Other non-mentioned problem remaining:

Often I have to use the refresh button when using TikiWiki; the first time it often doesn't get to the page and I ahve to refresh to do it well.
When altering data, I always have to check if the data is changed indeed; often it is NOT, so I have to change it a second time.
(& ofcourse for the double "/", I had checked they were indeed removed)

Why? -solution?

posts: 40

The "//", then "///", and probably even more... But after "///"; TikiWiki starts having some problems...
Seems to be a severe problem, as I spend another day on what it looks like:
All possible combinations in "General" and "Login".
It happens on secure log-in: When it goes back from https to http; Oeps, there it is! "//".
Logging out and in again, and we get "///".

PLEASE READ: "inmedi.eu" for the former "tw.cxs2.info", as I have pointed a new domain to the /tw dir


GENERAL:
Use URI as Home Page: NOT vinked - http://inmedi.eu
Server name (for absolute URIs): http://inmedi.eu
HTTPS Server: Automatic (uses HTTPS variable)
LOGIN:
HTTP server name: inmedi.eu
HTTP URL prefix: / (if I change that, TikiWiki restores it back, so I suspect that erronomous the "/" is in another part of TW also?)
HTTPS server name: inmedi.eu/
HTTPS URL prefix: ~clearxst/tw/


For the HTTPS I HAVE TO INCLUDE "/" at the end of "inmedi.eu" OR at the beginning of "~clearxst/tw/".
If I ommit that, it doesn't work.
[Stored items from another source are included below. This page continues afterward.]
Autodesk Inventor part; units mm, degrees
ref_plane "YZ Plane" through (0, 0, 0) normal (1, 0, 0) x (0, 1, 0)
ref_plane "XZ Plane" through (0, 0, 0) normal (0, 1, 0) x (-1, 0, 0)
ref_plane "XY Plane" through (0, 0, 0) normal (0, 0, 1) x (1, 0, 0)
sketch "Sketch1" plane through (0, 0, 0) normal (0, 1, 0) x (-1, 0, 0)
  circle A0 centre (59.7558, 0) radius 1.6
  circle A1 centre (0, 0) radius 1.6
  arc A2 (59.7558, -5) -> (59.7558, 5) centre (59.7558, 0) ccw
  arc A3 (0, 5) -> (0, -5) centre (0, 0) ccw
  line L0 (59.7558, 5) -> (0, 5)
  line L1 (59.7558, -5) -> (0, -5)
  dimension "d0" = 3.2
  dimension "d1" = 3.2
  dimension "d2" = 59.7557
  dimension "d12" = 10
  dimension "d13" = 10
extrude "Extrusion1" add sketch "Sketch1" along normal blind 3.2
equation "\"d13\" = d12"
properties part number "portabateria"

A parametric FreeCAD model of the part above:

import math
import FreeCAD as App
import Part
import Sketcher

V = App.Vector

doc = App.newDocument("Part")
body = doc.addObject("PartDesign::Body", "Body")

sketch1 = body.newObject("Sketcher::SketchObject", "Sketch")
sketch1.AttachmentSupport = (doc.getObject("XZ_Plane"), [""])
sketch1.MapMode = "FlatFace"
sketch1.addGeometry(Part.LineSegment(V(0, -5, 0), V(-59.8, -5, 0)), False)
sketch1.addGeometry(Part.ArcOfCircle(Part.Circle(V(-59.8, 0, 0), V(0, 0, 1), 5), math.radians(90), math.radians(270)), False)
sketch1.addGeometry(Part.LineSegment(V(-59.8, 5, 0), V(0, 5, 0)), False)
sketch1.addGeometry(Part.ArcOfCircle(Part.Circle(V(0, 0, 0), V(0, 0, 1), 5), math.radians(-90), math.radians(90)), False)
sketch1.addGeometry(Part.Circle(V(0, 0, 0), V(0, 0, 1), 1.6), False)
sketch1.addGeometry(Part.Circle(V(-59.8, 0, 0), V(0, 0, 1), 1.6), False)
sketch1.addConstraint(Sketcher.Constraint("Tangent", 0, 2, 1, 2))
sketch1.addConstraint(Sketcher.Constraint("Tangent", 1, 1, 2, 1))
sketch1.addConstraint(Sketcher.Constraint("Tangent", 2, 2, 3, 2))
sketch1.addConstraint(Sketcher.Constraint("Tangent", 3, 1, 0, 1))
sketch1.addConstraint(Sketcher.Constraint("Horizontal", 0))
sketch1.addConstraint(Sketcher.Constraint("Horizontal", 2))
sketch1.addConstraint(Sketcher.Constraint("Coincident", 3, 3, -1, 1))
sketch1.addConstraint(Sketcher.Constraint("Coincident", 4, 3, -1, 1))
sketch1.addConstraint(Sketcher.Constraint("Coincident", 5, 3, 1, 3))
sketch1.addConstraint(Sketcher.Constraint("Equal", 4, 5))
sketch1.addConstraint(Sketcher.Constraint("Radius", 1, 5.0))
sketch1.addConstraint(Sketcher.Constraint("Diameter", 4, 3.2))
sketch1.addConstraint(Sketcher.Constraint("DistanceX", 0, 2, 0, 1, 59.7558))
pad1 = body.newObject("PartDesign::Pad", "Pad")
pad1.Profile = sketch1
pad1.Length = 3.2
pad1.Reversed = True

doc.recompute()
So to start with: I'm sure the extra "/" can't be taken away from here.

For the HTTP: I CAN'T TAKE THE "/" AWAY; TW DOESN'T ACCEPT THAT

THEN THE GENERAL MENU:
I already took any "/" away after "inmedi.eu"


Am I right to conclude that this is a TikiWiki bug???

O.K.: take away the "/" at the end of "~clearxst/tw/"; on loggin in I get:
https://inmedi.eu/~clearxst/twtiki-login.php
HTTP 404 Not Found

AS I THINK I'VE TRIED ALL LOGICAL POSSIBILITIES -Please correct me if not- IT SEEMS TO BE A BUG???